Exercise brief — Range to reproduce from the entries below: the line with "f 200 26 198", the line with "f 175 141 173", and every line in between. Give them exactly and give nothing else.

Information given —
• • •
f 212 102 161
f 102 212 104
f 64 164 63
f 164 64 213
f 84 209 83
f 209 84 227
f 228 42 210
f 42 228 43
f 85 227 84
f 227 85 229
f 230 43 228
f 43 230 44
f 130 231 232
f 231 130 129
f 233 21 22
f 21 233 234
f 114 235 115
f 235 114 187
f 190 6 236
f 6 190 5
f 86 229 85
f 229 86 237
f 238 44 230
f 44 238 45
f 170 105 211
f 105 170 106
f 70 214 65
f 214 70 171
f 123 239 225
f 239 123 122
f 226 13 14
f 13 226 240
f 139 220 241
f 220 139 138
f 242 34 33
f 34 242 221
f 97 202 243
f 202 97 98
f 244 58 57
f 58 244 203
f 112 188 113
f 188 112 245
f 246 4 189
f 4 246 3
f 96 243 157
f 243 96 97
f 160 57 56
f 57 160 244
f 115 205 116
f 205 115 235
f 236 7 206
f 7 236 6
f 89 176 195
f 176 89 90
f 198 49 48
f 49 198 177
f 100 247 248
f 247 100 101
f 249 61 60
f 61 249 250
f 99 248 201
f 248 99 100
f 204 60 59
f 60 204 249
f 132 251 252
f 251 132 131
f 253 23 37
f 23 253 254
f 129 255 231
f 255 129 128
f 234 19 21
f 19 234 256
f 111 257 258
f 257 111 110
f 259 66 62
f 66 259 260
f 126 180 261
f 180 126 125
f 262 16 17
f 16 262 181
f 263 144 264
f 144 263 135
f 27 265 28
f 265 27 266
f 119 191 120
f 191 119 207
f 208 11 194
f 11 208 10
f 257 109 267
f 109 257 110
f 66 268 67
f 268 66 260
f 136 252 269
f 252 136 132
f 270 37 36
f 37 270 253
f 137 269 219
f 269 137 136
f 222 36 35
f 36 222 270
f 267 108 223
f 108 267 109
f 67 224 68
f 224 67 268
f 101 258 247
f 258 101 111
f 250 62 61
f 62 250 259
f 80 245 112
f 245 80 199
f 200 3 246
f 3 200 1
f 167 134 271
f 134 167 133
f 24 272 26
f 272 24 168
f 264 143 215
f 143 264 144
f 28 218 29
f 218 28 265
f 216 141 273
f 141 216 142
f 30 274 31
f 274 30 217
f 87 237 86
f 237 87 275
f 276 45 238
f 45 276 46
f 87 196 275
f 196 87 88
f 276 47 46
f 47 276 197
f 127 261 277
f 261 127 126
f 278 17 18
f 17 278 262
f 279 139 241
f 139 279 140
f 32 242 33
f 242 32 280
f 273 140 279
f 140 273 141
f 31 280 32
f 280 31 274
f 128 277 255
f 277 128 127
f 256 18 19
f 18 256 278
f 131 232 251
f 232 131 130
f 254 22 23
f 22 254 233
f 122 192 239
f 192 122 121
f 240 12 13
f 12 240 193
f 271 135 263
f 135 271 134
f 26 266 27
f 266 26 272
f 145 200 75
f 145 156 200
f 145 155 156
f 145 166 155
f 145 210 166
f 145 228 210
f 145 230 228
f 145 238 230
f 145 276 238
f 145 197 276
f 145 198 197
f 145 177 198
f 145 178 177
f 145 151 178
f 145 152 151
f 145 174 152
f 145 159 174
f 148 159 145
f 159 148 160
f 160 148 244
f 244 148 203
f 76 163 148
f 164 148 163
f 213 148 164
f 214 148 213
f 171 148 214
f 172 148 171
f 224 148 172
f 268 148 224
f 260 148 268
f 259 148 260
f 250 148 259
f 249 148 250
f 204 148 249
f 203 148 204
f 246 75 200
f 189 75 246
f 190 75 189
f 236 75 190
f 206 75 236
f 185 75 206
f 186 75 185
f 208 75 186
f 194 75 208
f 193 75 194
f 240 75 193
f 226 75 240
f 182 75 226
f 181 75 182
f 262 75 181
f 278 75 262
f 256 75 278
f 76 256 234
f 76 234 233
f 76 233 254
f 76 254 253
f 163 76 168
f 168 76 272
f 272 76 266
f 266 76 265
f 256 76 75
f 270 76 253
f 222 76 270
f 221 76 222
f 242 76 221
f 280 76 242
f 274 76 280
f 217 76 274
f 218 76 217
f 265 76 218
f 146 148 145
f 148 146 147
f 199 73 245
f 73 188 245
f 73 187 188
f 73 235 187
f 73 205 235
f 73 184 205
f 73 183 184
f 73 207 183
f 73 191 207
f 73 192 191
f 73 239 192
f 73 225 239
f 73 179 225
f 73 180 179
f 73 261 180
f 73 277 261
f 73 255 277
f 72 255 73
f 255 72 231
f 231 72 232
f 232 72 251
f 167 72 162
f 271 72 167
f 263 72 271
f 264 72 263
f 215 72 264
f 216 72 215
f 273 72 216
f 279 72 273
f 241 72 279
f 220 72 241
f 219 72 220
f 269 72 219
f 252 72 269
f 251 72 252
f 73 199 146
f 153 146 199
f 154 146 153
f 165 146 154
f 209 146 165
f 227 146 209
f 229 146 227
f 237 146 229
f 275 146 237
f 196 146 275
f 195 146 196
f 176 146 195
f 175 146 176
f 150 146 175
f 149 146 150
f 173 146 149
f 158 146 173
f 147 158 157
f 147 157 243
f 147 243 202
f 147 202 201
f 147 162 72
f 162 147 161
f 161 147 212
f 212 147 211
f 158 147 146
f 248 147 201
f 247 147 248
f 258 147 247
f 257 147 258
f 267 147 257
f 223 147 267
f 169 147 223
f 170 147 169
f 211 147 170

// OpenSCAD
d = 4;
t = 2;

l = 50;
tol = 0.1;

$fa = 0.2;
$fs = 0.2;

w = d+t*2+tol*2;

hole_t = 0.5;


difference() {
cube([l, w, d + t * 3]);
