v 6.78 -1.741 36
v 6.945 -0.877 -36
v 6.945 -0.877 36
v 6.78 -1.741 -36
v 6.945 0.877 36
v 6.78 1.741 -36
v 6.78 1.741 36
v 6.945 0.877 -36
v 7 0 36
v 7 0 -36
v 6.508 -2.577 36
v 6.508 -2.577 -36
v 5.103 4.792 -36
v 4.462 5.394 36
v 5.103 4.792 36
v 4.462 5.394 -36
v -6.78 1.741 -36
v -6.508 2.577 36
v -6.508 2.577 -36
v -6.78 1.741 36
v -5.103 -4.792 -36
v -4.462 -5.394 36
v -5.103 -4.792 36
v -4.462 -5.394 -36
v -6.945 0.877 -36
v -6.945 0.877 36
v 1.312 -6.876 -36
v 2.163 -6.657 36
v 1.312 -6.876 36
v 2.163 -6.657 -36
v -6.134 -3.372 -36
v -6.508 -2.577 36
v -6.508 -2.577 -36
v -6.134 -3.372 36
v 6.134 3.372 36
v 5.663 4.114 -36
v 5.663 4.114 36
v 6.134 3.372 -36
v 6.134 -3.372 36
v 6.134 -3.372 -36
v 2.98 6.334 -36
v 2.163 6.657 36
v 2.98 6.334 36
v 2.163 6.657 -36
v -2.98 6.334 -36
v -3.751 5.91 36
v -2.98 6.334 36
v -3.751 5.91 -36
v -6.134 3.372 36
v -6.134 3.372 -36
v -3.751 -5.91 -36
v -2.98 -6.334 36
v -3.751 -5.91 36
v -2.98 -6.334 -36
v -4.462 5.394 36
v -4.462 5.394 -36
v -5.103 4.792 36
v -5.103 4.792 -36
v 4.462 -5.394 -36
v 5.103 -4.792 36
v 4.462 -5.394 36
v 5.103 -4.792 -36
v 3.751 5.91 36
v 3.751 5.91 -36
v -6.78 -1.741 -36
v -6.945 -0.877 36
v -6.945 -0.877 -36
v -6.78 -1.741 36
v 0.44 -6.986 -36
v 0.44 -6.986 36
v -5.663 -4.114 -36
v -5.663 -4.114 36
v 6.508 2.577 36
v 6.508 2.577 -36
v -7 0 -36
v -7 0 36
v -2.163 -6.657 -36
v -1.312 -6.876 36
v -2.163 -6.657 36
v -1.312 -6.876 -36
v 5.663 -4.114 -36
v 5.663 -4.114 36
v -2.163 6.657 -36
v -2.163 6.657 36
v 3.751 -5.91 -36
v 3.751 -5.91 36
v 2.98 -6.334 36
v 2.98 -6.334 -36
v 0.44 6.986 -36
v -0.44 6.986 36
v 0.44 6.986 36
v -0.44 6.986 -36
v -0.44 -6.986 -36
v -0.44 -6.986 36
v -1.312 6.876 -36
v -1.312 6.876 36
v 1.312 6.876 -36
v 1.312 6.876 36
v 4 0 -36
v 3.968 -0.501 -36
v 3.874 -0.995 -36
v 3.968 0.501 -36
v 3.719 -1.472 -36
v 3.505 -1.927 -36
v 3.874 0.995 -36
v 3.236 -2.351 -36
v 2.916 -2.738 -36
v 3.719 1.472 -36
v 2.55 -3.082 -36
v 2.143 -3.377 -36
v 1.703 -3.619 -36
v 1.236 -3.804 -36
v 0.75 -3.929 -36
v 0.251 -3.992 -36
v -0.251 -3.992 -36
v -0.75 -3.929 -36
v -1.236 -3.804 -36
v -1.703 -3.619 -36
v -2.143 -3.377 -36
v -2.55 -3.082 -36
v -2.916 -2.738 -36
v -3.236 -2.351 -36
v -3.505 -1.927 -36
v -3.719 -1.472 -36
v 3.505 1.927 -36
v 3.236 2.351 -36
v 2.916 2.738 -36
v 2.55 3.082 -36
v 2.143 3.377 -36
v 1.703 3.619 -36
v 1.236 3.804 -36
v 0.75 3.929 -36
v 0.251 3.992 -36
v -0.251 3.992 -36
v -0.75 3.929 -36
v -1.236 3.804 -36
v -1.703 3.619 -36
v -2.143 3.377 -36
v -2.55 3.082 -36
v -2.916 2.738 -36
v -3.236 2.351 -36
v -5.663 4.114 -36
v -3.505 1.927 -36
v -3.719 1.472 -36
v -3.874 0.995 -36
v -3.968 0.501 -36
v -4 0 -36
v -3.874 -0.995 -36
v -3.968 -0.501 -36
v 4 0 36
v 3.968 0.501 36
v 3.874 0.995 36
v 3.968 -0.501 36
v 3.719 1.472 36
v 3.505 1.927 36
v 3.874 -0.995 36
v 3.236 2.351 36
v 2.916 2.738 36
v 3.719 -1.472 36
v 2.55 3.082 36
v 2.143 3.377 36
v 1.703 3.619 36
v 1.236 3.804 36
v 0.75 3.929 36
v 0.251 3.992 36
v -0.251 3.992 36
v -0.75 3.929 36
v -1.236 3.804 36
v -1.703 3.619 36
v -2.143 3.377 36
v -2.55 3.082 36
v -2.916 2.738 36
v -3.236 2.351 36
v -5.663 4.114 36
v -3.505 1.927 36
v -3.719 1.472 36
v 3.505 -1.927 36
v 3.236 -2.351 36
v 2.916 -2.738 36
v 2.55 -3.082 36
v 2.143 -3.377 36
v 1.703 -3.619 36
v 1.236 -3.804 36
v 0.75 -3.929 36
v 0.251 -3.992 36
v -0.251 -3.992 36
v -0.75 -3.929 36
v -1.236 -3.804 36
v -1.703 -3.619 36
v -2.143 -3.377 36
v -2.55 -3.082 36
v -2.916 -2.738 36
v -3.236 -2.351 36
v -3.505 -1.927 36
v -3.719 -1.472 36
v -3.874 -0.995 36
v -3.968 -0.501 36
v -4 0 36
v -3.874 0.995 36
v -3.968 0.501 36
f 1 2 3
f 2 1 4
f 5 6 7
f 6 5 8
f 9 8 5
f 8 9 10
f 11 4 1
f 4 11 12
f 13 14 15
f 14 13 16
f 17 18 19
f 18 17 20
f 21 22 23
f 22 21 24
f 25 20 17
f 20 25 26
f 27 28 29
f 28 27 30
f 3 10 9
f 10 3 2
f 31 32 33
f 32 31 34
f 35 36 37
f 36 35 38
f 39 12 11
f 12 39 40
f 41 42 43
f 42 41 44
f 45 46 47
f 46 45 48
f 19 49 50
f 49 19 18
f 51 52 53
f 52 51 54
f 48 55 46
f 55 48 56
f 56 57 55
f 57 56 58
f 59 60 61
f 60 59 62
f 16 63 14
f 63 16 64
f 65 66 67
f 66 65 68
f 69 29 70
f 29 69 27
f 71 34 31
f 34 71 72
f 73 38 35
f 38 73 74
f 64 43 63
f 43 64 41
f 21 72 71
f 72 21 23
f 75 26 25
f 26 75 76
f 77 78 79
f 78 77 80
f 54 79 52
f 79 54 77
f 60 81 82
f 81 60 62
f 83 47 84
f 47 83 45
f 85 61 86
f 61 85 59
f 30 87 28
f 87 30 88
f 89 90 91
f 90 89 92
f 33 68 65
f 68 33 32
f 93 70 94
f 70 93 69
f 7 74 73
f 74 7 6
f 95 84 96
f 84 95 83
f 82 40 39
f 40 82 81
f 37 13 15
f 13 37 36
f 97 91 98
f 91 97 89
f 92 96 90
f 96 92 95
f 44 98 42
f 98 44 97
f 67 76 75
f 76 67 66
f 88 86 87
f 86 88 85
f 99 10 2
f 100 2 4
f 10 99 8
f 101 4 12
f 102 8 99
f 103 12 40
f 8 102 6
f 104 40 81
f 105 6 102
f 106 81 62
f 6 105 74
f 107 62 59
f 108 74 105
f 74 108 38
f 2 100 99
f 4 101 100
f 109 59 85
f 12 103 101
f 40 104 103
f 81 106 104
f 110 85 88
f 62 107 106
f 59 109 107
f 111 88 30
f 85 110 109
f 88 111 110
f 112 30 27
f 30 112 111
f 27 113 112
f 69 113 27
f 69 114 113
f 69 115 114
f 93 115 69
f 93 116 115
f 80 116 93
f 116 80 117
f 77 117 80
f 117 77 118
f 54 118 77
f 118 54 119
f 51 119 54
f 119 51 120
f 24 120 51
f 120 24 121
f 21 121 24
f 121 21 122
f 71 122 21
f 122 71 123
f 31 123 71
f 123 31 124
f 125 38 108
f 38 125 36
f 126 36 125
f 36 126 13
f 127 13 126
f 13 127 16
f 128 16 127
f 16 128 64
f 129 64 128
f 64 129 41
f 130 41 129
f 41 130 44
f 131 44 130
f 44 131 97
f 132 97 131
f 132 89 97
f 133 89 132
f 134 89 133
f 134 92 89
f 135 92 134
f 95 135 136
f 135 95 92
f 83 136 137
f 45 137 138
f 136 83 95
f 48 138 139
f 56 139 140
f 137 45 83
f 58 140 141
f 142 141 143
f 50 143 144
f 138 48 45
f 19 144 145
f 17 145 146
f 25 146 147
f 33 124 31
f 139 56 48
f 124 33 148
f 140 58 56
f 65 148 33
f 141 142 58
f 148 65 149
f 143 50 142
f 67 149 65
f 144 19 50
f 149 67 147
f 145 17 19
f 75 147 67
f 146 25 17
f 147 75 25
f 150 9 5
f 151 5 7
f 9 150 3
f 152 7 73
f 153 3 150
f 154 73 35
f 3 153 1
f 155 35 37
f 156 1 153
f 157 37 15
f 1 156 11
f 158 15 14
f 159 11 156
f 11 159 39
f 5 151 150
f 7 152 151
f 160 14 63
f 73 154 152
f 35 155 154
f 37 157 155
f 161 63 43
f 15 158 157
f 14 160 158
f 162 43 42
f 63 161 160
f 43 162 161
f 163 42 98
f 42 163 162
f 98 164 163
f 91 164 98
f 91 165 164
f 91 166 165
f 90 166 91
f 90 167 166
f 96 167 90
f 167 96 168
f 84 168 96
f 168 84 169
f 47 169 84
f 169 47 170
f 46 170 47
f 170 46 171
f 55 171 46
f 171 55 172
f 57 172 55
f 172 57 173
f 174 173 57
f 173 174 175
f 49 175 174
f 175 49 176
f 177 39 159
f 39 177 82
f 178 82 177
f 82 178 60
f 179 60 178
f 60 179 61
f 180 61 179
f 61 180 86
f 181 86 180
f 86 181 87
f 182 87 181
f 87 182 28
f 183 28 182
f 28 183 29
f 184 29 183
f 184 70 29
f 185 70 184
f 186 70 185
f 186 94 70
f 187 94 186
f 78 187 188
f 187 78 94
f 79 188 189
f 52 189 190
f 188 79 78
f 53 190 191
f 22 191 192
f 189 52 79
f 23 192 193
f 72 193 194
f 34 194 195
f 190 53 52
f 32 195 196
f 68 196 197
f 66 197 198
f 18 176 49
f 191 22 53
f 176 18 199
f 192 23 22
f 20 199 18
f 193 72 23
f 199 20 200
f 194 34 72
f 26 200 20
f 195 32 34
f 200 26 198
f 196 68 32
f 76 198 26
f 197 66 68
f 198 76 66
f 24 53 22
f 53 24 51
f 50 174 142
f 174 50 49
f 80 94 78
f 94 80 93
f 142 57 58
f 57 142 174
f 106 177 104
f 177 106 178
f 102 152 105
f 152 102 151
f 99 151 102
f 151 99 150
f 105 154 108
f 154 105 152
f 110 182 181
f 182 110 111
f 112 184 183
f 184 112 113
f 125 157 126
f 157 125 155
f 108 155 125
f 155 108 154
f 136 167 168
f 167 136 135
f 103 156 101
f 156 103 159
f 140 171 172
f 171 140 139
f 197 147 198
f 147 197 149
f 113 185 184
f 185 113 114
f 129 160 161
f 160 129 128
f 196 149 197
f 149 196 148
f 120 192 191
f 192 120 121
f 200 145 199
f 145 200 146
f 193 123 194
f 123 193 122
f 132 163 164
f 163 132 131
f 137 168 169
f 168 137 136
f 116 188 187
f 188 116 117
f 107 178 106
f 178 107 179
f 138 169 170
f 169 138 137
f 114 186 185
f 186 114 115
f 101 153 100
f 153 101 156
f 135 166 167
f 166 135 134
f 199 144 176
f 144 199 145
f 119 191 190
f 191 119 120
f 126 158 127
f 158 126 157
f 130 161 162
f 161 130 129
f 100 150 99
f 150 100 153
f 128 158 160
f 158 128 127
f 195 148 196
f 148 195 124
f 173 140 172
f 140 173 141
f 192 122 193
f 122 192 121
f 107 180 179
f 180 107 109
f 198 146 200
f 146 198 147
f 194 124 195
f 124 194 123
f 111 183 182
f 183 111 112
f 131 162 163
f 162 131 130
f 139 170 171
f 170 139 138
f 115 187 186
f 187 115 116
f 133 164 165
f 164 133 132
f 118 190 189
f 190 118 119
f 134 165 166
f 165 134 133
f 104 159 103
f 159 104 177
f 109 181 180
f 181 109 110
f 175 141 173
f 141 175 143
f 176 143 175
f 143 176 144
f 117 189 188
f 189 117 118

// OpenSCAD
$fn = 50;


difference() {
	union() {
		translate(v = [0, 0, -36.0000000000]) {
			cylinder(h = 72, r = 7.0000000000);
		}
	}
	union() {
		translate(v = [0, 0, -100.0000000000]) {
			cylinder(h = 200, r = 4.0000000000);
		}
	}
}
• • •
Response to this exercise —
f 200 26 198
f 196 68 32
f 76 198 26
f 197 66 68
f 198 76 66
f 24 53 22
f 53 24 51
f 50 174 142
f 174 50 49
f 80 94 78
f 94 80 93
f 142 57 58
f 57 142 174
f 106 177 104
f 177 106 178
f 102 152 105
f 152 102 151
f 99 151 102
f 151 99 150
f 105 154 108
f 154 105 152
f 110 182 181
f 182 110 111
f 112 184 183
f 184 112 113
f 125 157 126
f 157 125 155
f 108 155 125
f 155 108 154
f 136 167 168
f 167 136 135
f 103 156 101
f 156 103 159
f 140 171 172
f 171 140 139
f 197 147 198
f 147 197 149
f 113 185 184
f 185 113 114
f 129 160 161
f 160 129 128
f 196 149 197
f 149 196 148
f 120 192 191
f 192 120 121
f 200 145 199
f 145 200 146
f 193 123 194
f 123 193 122
f 132 163 164
f 163 132 131
f 137 168 169
f 168 137 136
f 116 188 187
f 188 116 117
f 107 178 106
f 178 107 179
f 138 169 170
f 169 138 137
f 114 186 185
f 186 114 115
f 101 153 100
f 153 101 156
f 135 166 167
f 166 135 134
f 199 144 176
f 144 199 145
f 119 191 190
f 191 119 120
f 126 158 127
f 158 126 157
f 130 161 162
f 161 130 129
f 100 150 99
f 150 100 153
f 128 158 160
f 158 128 127
f 195 148 196
f 148 195 124
f 173 140 172
f 140 173 141
f 192 122 193
f 122 192 121
f 107 180 179
f 180 107 109
f 198 146 200
f 146 198 147
f 194 124 195
f 124 194 123
f 111 183 182
f 183 111 112
f 131 162 163
f 162 131 130
f 139 170 171
f 170 139 138
f 115 187 186
f 187 115 116
f 133 164 165
f 164 133 132
f 118 190 189
f 190 118 119
f 134 165 166
f 165 134 133
f 104 159 103
f 159 104 177
f 109 181 180
f 181 109 110
f 175 141 173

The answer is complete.